▶ WORK TO BE COMPLETED
Print nothing except the lines of the listing below from the line with "Line((1.025, 3.892300091), (1.025, 3))" to the line with "Rebuilt in FreeCAD, every", each exactly as written, both ends included.
### MATERIAL FOR THIS TASK
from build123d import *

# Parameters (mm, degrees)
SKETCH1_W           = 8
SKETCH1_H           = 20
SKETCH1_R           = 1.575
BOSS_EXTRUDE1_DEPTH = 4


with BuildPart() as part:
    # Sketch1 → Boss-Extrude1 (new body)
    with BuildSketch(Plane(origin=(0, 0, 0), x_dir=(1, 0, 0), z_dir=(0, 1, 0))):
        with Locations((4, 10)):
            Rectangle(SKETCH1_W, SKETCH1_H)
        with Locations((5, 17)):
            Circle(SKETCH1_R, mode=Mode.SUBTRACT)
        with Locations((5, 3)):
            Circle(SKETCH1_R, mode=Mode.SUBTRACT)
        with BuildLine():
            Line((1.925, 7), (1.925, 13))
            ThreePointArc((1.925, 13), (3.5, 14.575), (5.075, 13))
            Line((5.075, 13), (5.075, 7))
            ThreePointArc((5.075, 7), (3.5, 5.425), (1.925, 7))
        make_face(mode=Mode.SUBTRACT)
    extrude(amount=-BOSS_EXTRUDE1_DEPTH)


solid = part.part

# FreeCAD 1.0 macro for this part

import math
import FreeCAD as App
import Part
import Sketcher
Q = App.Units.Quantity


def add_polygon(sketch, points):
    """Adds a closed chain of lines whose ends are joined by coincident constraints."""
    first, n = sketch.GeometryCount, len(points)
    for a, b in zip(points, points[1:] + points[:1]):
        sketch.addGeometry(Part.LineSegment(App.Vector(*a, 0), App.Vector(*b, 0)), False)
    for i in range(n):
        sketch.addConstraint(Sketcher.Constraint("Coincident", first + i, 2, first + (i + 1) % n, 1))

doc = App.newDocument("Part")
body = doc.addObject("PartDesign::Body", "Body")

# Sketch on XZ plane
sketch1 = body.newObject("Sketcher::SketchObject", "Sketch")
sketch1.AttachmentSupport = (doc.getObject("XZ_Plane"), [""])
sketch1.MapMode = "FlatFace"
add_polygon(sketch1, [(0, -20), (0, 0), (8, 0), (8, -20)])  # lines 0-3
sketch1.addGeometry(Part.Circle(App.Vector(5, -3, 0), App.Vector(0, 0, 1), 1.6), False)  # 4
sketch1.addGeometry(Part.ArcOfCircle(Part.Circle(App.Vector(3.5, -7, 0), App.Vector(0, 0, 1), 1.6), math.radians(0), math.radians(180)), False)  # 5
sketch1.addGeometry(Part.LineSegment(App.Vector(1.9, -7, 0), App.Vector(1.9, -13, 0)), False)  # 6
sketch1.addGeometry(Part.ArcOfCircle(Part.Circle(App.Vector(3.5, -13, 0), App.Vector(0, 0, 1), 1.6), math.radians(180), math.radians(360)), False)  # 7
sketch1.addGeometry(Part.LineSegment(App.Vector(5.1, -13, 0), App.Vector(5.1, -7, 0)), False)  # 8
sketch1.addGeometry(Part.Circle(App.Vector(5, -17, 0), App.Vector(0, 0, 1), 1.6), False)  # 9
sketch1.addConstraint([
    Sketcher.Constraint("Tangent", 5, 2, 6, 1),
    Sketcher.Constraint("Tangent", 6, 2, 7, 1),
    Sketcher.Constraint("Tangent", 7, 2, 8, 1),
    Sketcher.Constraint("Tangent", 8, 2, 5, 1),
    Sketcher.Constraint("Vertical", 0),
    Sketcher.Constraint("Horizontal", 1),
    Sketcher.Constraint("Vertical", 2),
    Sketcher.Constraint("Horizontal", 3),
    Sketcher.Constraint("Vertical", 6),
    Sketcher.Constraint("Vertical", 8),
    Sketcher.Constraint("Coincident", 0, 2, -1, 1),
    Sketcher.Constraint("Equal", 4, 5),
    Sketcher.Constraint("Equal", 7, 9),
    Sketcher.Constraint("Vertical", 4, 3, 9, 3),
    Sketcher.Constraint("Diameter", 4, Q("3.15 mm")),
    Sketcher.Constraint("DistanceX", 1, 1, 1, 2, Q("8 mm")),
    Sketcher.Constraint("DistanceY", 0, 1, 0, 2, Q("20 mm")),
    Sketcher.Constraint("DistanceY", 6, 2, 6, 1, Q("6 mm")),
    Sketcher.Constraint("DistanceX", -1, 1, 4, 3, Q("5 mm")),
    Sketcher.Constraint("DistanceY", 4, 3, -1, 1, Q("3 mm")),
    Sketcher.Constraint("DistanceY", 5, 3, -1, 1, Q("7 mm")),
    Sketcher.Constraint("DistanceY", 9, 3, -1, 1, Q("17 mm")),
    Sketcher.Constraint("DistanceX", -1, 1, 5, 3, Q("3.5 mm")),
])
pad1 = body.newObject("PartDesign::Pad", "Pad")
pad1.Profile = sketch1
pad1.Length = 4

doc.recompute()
######
### MATERIAL FOR THIS TASK
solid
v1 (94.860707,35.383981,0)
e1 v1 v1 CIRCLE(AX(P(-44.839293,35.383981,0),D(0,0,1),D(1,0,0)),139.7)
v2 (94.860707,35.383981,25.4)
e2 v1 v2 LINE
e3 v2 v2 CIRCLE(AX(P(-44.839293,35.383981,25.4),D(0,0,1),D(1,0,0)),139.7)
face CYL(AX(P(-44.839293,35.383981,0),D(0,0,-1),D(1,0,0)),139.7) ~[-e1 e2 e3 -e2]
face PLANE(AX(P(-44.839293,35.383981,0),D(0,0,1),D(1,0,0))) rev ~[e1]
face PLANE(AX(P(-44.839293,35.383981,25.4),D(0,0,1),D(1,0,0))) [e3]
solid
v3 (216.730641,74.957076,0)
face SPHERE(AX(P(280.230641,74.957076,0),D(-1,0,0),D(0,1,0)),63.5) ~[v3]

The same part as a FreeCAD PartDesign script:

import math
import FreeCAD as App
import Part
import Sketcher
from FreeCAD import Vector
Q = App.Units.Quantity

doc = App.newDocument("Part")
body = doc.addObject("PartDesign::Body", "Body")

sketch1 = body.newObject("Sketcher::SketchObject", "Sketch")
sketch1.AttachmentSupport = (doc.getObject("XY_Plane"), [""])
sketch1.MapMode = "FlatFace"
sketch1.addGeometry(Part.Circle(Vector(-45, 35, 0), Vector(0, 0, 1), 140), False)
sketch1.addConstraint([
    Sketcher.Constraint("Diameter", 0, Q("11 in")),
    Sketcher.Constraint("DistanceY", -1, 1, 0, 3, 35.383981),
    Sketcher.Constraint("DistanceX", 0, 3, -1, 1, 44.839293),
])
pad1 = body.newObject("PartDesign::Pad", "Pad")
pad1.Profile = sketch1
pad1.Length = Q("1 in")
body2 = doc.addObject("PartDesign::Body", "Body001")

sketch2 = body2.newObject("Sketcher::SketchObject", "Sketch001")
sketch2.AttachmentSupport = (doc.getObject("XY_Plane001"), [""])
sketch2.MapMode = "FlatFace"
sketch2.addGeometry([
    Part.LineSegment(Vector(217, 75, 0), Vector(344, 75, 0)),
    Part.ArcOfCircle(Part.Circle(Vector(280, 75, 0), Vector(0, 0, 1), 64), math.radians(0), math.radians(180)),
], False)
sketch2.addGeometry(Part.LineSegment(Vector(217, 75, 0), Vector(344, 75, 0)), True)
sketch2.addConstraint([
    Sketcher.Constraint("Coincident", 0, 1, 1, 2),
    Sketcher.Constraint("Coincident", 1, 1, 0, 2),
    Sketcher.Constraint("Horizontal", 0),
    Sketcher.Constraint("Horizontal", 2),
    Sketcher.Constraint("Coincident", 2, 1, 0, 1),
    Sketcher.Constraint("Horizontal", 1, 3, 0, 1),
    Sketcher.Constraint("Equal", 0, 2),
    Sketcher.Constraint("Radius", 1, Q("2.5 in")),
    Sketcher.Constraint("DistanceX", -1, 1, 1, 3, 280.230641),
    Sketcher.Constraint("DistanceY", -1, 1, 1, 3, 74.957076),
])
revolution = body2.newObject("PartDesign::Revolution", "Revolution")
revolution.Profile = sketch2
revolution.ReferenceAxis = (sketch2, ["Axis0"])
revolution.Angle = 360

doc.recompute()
######
### MATERIAL FOR THIS TASK
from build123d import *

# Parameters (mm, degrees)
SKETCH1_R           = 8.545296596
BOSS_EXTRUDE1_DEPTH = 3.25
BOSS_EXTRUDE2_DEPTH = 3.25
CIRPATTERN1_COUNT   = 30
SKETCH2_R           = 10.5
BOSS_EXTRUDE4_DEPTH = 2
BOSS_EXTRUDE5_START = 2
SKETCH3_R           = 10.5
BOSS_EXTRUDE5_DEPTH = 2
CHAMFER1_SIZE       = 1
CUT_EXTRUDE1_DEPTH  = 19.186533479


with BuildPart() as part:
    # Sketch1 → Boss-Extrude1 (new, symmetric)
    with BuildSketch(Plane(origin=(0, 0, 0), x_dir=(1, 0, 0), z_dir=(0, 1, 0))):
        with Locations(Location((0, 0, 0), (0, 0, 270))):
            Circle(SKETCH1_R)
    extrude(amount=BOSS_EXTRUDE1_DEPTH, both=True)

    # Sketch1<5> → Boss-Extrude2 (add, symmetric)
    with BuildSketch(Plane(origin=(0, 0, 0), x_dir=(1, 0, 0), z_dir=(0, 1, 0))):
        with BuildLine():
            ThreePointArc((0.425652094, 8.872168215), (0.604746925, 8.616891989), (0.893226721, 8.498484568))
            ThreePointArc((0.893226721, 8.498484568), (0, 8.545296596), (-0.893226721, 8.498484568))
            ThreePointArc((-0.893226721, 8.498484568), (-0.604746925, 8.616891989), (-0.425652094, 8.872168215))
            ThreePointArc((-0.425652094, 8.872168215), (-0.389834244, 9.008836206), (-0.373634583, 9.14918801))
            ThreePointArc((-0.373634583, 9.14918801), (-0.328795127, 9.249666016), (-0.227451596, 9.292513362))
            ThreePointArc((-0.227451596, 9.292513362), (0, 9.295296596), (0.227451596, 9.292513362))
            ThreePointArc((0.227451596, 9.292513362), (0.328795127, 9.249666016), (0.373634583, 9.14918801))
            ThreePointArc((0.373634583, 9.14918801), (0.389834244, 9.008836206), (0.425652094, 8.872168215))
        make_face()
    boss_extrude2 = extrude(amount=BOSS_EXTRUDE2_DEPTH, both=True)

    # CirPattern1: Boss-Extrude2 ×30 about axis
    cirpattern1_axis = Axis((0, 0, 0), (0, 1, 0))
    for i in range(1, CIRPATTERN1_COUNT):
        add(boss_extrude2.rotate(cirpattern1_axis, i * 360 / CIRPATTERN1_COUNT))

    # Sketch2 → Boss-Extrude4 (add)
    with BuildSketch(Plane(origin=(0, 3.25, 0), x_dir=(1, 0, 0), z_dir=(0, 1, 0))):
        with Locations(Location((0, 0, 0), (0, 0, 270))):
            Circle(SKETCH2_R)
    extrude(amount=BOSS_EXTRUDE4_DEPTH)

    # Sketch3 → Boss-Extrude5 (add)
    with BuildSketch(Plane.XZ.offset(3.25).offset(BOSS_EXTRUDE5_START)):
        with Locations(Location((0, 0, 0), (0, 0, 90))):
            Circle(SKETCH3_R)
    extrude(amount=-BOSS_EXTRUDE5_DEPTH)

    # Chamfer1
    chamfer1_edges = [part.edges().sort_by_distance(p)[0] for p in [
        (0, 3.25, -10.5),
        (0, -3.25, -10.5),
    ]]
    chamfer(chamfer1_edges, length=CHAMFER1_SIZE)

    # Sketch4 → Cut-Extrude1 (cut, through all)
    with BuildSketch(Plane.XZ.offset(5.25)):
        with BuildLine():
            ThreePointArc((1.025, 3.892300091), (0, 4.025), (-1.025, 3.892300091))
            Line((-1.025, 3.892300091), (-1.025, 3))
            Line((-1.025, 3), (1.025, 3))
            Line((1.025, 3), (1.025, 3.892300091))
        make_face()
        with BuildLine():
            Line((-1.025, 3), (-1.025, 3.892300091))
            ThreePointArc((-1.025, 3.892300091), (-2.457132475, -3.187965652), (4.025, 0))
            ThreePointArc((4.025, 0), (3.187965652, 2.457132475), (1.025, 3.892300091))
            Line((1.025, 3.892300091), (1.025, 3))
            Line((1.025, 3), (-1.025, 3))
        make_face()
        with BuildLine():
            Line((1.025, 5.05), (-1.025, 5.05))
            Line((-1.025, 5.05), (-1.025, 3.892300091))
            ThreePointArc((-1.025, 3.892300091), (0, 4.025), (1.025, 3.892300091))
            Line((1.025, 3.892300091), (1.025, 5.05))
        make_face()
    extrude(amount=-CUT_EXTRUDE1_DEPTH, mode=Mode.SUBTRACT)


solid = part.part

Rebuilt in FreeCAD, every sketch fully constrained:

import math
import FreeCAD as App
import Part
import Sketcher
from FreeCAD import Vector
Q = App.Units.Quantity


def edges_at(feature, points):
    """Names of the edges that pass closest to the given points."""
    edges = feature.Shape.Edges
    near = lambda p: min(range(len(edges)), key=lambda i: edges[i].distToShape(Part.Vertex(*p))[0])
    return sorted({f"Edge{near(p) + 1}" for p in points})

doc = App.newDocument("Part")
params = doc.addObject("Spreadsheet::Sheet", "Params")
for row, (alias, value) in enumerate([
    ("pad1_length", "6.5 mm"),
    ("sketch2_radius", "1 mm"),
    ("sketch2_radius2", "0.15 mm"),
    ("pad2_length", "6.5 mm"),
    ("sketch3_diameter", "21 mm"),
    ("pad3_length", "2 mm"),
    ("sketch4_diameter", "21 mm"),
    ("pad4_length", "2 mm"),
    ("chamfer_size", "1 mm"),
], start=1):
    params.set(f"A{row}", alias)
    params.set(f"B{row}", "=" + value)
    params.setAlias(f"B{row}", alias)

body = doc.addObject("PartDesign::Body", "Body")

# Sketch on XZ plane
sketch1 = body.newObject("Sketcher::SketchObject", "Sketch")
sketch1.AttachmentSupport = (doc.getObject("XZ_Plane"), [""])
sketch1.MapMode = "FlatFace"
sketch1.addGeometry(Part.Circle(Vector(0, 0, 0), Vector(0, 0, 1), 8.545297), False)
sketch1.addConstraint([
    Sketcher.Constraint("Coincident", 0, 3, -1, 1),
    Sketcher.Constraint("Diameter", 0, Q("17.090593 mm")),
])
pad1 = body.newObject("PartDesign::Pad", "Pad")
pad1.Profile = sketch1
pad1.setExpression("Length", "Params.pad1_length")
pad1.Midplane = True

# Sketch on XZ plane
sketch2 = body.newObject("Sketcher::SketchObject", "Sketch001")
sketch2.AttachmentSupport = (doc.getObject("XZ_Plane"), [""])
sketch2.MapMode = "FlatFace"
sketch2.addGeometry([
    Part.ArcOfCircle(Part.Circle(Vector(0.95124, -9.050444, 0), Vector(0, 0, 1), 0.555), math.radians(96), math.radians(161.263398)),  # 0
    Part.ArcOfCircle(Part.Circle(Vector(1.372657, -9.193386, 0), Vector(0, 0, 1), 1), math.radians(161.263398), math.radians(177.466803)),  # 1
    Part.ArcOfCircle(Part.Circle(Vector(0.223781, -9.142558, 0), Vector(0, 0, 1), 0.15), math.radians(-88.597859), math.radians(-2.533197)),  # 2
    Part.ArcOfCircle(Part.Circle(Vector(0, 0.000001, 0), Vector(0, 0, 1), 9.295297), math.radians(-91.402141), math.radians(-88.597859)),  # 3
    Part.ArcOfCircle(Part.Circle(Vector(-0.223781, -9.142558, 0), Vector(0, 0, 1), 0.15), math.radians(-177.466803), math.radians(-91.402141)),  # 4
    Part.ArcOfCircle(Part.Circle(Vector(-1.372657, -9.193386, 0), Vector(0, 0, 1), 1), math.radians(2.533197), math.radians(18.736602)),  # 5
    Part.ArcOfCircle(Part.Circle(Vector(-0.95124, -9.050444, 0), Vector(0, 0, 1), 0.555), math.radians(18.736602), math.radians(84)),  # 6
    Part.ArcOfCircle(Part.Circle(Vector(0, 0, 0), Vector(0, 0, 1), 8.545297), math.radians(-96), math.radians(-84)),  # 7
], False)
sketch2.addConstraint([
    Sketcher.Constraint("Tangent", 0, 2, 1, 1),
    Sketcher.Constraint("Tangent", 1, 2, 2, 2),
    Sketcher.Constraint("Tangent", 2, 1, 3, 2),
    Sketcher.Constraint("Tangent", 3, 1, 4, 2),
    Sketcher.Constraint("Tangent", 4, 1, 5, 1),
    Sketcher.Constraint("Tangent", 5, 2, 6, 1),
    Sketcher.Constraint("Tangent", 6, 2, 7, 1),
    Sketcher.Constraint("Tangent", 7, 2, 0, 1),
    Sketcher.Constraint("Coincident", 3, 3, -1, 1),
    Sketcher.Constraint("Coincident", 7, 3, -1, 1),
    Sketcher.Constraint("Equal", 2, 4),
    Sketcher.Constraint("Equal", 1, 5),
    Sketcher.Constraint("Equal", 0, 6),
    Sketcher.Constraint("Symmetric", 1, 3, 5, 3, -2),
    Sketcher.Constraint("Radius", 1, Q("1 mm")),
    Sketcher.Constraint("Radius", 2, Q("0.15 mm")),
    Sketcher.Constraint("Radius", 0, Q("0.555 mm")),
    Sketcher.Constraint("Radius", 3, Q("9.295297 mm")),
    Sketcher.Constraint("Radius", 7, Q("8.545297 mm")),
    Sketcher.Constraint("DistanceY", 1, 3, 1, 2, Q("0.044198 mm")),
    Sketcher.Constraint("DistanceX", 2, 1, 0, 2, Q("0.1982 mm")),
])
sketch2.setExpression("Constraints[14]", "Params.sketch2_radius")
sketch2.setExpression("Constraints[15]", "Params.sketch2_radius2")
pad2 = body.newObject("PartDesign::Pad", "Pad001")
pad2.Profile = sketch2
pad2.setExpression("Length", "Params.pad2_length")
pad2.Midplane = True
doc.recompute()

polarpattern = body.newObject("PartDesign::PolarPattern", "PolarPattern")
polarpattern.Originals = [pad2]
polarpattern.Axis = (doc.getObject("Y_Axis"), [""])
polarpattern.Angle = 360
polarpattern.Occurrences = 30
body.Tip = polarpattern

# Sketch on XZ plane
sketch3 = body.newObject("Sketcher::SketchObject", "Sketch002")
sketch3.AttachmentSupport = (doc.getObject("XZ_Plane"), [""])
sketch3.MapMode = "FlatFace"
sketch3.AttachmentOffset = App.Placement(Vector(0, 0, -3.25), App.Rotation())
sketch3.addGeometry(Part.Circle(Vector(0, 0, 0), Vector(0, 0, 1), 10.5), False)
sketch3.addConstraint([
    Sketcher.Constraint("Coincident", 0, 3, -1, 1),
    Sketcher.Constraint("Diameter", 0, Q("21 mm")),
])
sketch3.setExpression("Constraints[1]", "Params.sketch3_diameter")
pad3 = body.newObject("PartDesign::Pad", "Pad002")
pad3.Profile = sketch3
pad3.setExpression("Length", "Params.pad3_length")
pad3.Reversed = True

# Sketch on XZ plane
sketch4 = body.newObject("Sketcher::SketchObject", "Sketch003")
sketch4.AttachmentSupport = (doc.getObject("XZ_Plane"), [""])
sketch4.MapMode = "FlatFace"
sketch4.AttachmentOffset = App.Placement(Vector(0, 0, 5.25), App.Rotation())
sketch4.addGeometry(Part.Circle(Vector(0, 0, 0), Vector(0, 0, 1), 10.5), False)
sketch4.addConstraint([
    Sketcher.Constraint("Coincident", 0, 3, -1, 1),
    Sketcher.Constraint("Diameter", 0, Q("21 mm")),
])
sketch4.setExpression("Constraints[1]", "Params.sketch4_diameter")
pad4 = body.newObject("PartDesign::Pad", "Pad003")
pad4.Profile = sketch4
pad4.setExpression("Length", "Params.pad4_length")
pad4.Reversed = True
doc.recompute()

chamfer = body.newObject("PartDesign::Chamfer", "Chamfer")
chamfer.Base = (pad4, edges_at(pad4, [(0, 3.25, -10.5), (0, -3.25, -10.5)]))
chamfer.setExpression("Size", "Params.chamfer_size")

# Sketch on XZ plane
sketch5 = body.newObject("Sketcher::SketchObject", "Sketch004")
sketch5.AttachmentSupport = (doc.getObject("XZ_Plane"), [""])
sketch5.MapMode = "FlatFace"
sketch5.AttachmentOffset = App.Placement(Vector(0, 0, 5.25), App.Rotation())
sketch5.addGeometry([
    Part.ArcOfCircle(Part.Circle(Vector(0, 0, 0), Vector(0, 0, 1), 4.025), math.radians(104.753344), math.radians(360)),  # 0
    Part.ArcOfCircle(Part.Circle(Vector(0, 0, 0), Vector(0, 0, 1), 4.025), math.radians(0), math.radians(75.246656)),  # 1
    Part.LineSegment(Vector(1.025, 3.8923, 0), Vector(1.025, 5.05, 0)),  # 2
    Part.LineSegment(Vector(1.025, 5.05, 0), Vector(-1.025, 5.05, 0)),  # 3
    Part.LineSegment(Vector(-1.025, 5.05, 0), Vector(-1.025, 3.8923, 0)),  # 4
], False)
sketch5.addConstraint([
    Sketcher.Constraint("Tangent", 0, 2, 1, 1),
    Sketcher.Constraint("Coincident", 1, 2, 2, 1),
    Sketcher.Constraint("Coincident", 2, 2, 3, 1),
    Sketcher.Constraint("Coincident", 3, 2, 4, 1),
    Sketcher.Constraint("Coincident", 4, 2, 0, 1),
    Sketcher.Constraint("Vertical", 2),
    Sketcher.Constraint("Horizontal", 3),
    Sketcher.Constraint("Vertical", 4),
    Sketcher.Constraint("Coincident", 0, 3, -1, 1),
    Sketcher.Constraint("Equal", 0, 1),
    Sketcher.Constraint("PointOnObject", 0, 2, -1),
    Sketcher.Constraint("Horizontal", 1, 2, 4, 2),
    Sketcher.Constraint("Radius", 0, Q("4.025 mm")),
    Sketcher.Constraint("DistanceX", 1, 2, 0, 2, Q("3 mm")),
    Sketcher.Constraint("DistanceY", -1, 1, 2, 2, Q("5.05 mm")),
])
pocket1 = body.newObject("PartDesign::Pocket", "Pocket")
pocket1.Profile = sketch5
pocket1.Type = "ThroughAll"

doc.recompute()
######
▶ ANSWER AREA
            Line((1.025, 3.892300091), (1.025, 3))
            Line((1.025, 3), (-1.025, 3))
        make_face()
        with BuildLine():
            Line((1.025, 5.05), (-1.025, 5.05))
            Line((-1.025, 5.05), (-1.025, 3.892300091))
            ThreePointArc((-1.025, 3.892300091), (0, 4.025), (1.025, 3.892300091))
            Line((1.025, 3.892300091), (1.025, 5.05))
        make_face()
    extrude(amount=-CUT_EXTRUDE1_DEPTH, mode=Mode.SUBTRACT)


solid = part.part

Rebuilt in FreeCAD, every sketch fully constrained:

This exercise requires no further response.